Minimum 3 Mbps for 480p, 6 Mbps for 720p and 13 Mbps for 1080p is recommended.
As suspected, other ticketing platforms are jumping on the broadcast/streaming opportunities here. AXS seem to be the frontrunner at the moment with VHS, which considering they’re owned by AEG makes perfect sense as they can continue to engage with fans, while supporting their artists, venues and festivals. FYI, many of the links just go to various streaming portals like YouTube.
“With music fans responsibly self-isolating and social distancing and venues on lockdown, artists are finding creative ways to navigate the coronavirus outbreak and its profound impact on the entertainment industries. To help you keep track, Pitchfork is rounding up a daily slate of concert streams, digital gatherings, community support efforts, and other endeavors artists are undertaking to support everyone’s wellness. Check back to this page every day for new listings and recaps.”
Boiler Room’s Streaming from Isolation was one of the earliest and best examples of an online streaming platform stepping up in response to the COVID-19 quarantine. Boiler Room is inevitably in the best position to capitalize on this pandemic and host DJs and performers from around the world with live bedroom performances that reach thousands of fans. Their YouTube channel numbers from previously recorded sets are surely skyrocketing as well.
United We Stream in alliance with ARTE Concert will publish a streaming platform of Berlin´s clubs, event organizers and artists and will put it´s whole spectrum and diversity on one channel. Next to streaming Live Dj-sets, Live-Music and Live-performances, United We Stream will be a platform for discussion rounds, presentations and movies addressing all themes concerning our club culture.
Similar to Boiler Room, BE-AT.TV focuses on live broadcasting, curating and reposting of live sets, predominantly from the underground dance world (House, Techno, Tech House, Deep House). They have been hosting both live sets as well as re-posting previously recorded sets during COVID-19.
The online music store focuses on all types of electronic music and is promoting, curating and hosting the highest profile live COVID-19 stream yet, ReConnect. The live, 24-hour event (on Beatport’s Twitch channel) features some of the biggest names in electronic music (Carl Cox, Rufus Du Sol, Nina Kraviz, Bonobo) and is expected to attract millions of live viewers.

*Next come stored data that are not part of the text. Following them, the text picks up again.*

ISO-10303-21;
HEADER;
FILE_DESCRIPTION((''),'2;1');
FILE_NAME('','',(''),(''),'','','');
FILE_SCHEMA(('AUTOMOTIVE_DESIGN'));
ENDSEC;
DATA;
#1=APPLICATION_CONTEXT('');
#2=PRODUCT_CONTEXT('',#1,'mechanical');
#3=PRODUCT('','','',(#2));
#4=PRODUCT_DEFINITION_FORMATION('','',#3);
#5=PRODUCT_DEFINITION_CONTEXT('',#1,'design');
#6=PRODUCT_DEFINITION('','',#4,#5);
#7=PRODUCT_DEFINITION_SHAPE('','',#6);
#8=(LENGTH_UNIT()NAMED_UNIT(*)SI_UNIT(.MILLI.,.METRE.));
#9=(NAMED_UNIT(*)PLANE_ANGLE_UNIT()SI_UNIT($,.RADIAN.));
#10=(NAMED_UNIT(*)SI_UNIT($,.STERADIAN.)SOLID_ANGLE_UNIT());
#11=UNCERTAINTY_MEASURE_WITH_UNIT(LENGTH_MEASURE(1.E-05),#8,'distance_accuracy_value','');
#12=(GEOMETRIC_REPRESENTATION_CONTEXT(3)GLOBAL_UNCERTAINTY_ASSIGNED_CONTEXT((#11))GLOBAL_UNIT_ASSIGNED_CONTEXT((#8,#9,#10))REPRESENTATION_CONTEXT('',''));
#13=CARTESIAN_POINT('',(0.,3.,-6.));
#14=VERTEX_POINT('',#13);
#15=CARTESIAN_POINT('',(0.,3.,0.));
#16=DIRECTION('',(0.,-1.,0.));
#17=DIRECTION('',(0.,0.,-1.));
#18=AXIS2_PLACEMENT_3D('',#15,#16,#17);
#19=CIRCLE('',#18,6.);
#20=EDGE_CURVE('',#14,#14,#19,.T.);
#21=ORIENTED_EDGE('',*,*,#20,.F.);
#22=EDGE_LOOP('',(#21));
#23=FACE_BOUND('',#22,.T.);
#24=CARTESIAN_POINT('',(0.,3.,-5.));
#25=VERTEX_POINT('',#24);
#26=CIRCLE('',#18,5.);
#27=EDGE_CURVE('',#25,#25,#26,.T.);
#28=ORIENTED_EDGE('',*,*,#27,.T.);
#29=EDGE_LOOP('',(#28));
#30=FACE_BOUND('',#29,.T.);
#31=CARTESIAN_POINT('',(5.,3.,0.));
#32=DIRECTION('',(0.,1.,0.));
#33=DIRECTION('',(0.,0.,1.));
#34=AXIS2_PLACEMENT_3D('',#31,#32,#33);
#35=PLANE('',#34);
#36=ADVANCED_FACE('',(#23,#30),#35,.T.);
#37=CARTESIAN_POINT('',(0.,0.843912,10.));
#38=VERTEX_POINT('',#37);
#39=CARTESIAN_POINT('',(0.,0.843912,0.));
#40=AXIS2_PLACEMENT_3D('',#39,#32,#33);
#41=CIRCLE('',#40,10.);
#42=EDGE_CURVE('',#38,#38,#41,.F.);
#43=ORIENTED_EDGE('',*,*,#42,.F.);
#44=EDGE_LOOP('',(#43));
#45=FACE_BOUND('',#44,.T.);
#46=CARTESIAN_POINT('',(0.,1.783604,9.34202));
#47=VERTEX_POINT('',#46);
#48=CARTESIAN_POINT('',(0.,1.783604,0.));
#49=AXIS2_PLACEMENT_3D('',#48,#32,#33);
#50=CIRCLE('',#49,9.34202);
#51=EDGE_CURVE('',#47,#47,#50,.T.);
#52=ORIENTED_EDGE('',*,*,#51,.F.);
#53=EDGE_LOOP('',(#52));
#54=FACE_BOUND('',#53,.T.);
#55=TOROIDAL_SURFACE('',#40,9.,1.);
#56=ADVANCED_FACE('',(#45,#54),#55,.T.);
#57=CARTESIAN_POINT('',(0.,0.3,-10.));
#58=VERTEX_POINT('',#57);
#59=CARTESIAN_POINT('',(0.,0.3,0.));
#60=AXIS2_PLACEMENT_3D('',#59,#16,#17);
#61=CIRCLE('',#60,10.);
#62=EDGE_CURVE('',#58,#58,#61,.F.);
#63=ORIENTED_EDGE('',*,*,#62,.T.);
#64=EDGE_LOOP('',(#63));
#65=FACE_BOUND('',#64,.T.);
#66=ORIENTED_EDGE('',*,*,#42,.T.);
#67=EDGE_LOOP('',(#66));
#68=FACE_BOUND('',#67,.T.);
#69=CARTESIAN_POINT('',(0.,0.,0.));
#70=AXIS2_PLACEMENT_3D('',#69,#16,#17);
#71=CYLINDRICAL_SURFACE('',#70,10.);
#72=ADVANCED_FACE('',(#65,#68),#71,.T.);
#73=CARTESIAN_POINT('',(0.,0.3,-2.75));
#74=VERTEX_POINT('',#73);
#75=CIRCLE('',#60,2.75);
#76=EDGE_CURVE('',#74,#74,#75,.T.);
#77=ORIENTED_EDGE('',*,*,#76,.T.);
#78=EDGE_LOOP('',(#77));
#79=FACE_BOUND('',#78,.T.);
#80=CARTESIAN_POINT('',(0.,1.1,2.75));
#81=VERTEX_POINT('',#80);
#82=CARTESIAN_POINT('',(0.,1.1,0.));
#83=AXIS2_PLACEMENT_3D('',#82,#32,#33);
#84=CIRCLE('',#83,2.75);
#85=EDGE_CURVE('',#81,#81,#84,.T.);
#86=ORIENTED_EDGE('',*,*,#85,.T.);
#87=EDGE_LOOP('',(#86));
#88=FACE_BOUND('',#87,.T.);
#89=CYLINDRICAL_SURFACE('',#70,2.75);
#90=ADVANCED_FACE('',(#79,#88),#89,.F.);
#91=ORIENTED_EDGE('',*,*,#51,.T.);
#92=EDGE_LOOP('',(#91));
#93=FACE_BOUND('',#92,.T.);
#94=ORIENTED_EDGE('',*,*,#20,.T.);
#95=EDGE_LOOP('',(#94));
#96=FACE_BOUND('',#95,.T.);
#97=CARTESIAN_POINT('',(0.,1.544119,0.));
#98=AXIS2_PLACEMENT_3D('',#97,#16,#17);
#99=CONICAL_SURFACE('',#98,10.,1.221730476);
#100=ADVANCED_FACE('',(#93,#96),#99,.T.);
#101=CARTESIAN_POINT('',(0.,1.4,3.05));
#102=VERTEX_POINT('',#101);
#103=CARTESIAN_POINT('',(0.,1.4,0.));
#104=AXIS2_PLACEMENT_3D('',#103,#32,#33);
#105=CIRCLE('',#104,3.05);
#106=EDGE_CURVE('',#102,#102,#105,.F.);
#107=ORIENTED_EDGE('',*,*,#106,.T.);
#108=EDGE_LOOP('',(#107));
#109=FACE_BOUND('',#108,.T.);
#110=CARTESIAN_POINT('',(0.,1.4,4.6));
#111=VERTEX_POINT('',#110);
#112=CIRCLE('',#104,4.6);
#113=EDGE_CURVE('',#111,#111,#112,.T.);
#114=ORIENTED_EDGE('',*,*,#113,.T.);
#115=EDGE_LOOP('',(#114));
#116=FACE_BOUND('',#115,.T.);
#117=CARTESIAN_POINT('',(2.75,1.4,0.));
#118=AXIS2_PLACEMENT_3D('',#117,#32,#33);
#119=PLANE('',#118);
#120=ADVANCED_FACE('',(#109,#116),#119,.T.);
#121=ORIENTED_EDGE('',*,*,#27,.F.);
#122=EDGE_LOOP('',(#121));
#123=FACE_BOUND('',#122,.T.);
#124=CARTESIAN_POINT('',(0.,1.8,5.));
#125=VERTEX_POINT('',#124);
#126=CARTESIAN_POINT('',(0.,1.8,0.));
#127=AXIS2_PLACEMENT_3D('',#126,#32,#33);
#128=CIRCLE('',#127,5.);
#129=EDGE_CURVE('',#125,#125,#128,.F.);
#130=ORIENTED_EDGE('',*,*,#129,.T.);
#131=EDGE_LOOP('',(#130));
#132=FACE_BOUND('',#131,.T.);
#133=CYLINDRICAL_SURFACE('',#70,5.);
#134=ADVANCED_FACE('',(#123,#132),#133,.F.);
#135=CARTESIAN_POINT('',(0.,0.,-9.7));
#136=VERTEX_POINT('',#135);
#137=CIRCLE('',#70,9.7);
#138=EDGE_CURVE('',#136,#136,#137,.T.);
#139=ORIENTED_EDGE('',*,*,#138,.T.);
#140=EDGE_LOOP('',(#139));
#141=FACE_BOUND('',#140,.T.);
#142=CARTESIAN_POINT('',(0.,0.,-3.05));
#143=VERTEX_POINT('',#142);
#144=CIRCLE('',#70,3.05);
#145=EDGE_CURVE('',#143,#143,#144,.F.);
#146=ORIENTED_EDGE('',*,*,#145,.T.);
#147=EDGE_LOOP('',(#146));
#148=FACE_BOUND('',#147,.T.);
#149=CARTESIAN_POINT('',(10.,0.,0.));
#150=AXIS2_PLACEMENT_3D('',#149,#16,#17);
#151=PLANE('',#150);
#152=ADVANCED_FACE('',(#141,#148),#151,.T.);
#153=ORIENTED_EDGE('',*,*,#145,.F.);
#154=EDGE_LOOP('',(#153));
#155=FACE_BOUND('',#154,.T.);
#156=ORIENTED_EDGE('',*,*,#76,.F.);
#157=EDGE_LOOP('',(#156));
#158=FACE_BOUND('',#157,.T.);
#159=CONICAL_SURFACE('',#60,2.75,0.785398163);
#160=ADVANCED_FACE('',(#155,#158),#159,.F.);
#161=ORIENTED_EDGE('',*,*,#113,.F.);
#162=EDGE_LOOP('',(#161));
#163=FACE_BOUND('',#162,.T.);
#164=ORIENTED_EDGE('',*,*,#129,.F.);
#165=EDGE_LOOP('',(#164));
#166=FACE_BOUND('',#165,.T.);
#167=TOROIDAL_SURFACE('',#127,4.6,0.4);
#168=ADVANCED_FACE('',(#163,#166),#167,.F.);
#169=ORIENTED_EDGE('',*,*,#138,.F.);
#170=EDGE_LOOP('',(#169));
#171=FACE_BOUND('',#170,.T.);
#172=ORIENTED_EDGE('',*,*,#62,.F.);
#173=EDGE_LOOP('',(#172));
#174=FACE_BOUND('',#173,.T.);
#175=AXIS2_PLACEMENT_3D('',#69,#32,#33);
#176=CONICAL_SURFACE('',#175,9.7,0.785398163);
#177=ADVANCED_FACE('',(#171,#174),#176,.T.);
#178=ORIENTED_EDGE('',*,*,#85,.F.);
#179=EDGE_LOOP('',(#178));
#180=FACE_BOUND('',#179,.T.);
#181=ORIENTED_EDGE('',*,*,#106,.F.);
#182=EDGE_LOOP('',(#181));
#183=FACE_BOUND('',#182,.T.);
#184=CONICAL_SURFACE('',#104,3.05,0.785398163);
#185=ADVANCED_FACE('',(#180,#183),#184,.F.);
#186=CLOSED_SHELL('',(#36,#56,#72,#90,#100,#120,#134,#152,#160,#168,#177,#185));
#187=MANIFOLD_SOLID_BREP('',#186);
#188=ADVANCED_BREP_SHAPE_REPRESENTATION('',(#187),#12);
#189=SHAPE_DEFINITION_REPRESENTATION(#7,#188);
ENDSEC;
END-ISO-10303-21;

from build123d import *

# Parameters (mm, degrees)
FILLET2_R     = 1
FILLET3_R     = 0.4
CHAMFER1_SIZE = 0.3


with BuildPart() as part:
    # Sketch1 → Revolve1 (revolve)
    with BuildSketch(Plane.XY, mode=Mode.PRIVATE) as revolve1_sk:
        Polygon((2.75, 0), (2.75, 1.4), (5, 1.4), (5, 3), (6, 3), (10, 1.544119063), (10, 0), align=None)
    revolve(revolve1_sk.sketch.rotate(Axis((0, 0, 0), (0, 1, 0)), 90), axis=Axis((0, 0, 0), (0, 1, 0)))

    # Fillet2
    fillet2_edges = [part.edges().sort_by_distance(p)[0] for p in [
        (0, 1.544119063, 10),
    ]]
    fillet(fillet2_edges, radius=FILLET2_R)

    # Fillet3
    fillet3_edges = [part.edges().sort_by_distance(p)[0] for p in [
        (0, 1.4, 5),
    ]]
    fillet(fillet3_edges, radius=FILLET3_R)

    # Chamfer1
    chamfer1_edges = [part.edges().sort_by_distance(p)[0] for p in [
        (0, 0, 10),
        (0, 1.4, 2.75),
        (0, 0, 2.75),
    ]]
    chamfer(chamfer1_edges, length=CHAMFER1_SIZE)


solid = part.part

The largest electronic event producer in the world has shifted gears during COVID-19, by opening up and promoting their vault of highly produced live videos from previous festivals like EDC. Like Beatport, they’re using their Twitch Channel. In terms of actually live events, so far they’ve only really focused on previously recorded events.
The biggest COVID-19 live streaming concert so far takes place on March 29th, the iHeartRadio Living Room Concert on Fox, hosted by Elton John and featuring performances by Billie Eilish, Dave Grohl, Lizzo, Alicia Keys and many other of the biggest pop stars on the planet. If this is any indication, iHeartRadio will take the lead on highly produced, mainstream live streaming entertainment and should raise tens of millions in the process for those on the frontline of this pandemic.

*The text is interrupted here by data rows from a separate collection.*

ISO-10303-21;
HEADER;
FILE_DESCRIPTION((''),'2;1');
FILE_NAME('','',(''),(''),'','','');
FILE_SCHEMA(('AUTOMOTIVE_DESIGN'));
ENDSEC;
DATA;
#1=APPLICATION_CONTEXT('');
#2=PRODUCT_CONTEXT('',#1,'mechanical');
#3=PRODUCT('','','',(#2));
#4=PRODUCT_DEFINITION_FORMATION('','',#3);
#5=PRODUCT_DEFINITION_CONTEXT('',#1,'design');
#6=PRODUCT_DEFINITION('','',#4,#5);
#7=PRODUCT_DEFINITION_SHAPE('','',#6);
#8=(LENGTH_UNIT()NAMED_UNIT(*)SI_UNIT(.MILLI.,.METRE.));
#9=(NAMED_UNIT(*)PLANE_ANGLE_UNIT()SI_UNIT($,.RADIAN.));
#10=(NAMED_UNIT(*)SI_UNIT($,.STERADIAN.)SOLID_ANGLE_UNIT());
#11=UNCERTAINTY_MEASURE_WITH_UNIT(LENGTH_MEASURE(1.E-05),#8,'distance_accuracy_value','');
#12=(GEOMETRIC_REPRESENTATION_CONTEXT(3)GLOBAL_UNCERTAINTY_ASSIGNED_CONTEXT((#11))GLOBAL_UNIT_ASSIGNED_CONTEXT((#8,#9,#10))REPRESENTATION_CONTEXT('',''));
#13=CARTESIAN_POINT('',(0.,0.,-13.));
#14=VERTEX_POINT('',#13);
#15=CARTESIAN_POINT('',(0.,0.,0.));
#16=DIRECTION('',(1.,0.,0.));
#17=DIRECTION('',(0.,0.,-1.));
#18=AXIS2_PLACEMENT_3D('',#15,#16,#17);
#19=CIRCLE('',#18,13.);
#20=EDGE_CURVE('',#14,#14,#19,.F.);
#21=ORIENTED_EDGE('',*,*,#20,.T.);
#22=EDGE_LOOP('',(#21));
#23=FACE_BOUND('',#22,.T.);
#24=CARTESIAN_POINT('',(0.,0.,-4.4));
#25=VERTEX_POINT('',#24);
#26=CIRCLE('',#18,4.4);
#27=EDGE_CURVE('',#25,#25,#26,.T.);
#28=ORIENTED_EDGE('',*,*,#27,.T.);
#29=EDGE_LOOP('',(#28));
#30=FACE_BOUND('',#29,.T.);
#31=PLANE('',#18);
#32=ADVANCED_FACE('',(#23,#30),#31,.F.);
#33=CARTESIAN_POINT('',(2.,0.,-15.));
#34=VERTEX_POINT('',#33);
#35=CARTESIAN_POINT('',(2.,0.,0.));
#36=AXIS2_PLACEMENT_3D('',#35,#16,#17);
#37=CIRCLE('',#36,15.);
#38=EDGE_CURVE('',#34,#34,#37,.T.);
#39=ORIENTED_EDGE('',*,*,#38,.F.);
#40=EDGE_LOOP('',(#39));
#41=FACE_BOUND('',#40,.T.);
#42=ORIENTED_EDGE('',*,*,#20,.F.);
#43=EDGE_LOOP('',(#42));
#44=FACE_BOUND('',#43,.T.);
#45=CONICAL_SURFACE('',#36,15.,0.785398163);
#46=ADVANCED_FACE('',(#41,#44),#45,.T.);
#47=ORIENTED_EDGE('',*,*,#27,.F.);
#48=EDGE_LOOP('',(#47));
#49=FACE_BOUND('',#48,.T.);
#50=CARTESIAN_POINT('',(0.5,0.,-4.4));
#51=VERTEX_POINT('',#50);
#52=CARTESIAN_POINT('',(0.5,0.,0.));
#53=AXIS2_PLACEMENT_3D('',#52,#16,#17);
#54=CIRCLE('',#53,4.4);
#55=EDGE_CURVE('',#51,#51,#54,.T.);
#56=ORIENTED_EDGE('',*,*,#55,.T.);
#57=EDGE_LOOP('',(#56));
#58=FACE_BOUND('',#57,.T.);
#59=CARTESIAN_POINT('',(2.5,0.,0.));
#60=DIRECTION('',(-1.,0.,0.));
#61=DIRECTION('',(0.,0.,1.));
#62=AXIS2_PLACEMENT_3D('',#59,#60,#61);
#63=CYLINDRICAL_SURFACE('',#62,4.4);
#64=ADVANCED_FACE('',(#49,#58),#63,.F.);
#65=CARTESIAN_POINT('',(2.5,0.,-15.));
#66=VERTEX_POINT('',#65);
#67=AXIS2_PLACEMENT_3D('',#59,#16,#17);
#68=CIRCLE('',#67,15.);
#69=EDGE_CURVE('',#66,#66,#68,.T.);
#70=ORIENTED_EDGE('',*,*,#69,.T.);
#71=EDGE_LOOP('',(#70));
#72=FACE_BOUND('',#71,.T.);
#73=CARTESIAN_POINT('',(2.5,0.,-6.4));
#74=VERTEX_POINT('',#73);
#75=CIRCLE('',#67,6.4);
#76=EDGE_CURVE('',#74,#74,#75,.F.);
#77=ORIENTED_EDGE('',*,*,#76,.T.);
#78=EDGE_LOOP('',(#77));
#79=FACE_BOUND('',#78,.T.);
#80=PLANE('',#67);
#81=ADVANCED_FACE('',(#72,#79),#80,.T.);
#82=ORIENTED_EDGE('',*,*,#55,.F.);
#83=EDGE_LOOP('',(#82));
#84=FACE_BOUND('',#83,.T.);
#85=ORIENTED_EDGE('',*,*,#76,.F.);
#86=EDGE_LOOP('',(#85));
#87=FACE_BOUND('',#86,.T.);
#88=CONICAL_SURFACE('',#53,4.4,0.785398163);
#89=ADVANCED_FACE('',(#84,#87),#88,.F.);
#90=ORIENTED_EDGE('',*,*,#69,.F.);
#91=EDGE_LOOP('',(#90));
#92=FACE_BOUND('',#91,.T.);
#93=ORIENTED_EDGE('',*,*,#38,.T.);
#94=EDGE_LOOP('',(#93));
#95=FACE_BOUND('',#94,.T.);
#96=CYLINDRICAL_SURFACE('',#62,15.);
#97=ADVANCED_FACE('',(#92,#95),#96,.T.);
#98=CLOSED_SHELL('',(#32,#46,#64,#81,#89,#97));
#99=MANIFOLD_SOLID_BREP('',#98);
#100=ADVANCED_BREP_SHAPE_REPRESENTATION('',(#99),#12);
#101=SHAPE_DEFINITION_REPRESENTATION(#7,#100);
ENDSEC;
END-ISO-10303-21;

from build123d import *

# Parameters (mm, degrees)
SKETCH1_R          = 15
SKETCH1_R_2        = 4.4
BASE_EXTRUDE_DEPTH = 2.5
CHAMFER1_SIZE      = 2


with BuildPart() as part:
    # Sketch1 → Base-Extrude (new body)
    with BuildSketch(Plane(origin=(0, 0, 0), x_dir=(0, 0, -1), z_dir=(1, 0, 0))):
        Circle(SKETCH1_R)
        Circle(SKETCH1_R_2, mode=Mode.SUBTRACT)
    extrude(amount=BASE_EXTRUDE_DEPTH)

    # Chamfer1
    chamfer1_edges = [part.edges().sort_by_distance(p)[0] for p in [
        (0, 0, 15),
        (2.5, 0, 4.4),
    ]]
    chamfer(chamfer1_edges, length=CHAMFER1_SIZE)


solid = part.part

YouTube Live has a Featured Live Streams list that covers everything from live comedy, to talks to music performances.
Grammy’s up-to-date curated list (by date) of predominantly live performances across all streaming platforms.
NPR Music’s up-to-date curated list (by date) of predominantly live performances across all streaming platforms.
Billboard’s up-to-date curated list (by date) of predominantly live performances across all streaming platforms.
DoStuff have been well ahead of curating and promoting live online events/streams in each of the 20 cities they’re currently active in. They do so through their app, social channels, website and email lists, which have all pivoted toward their current DoStuffAtHome campaign, which is gaining traction.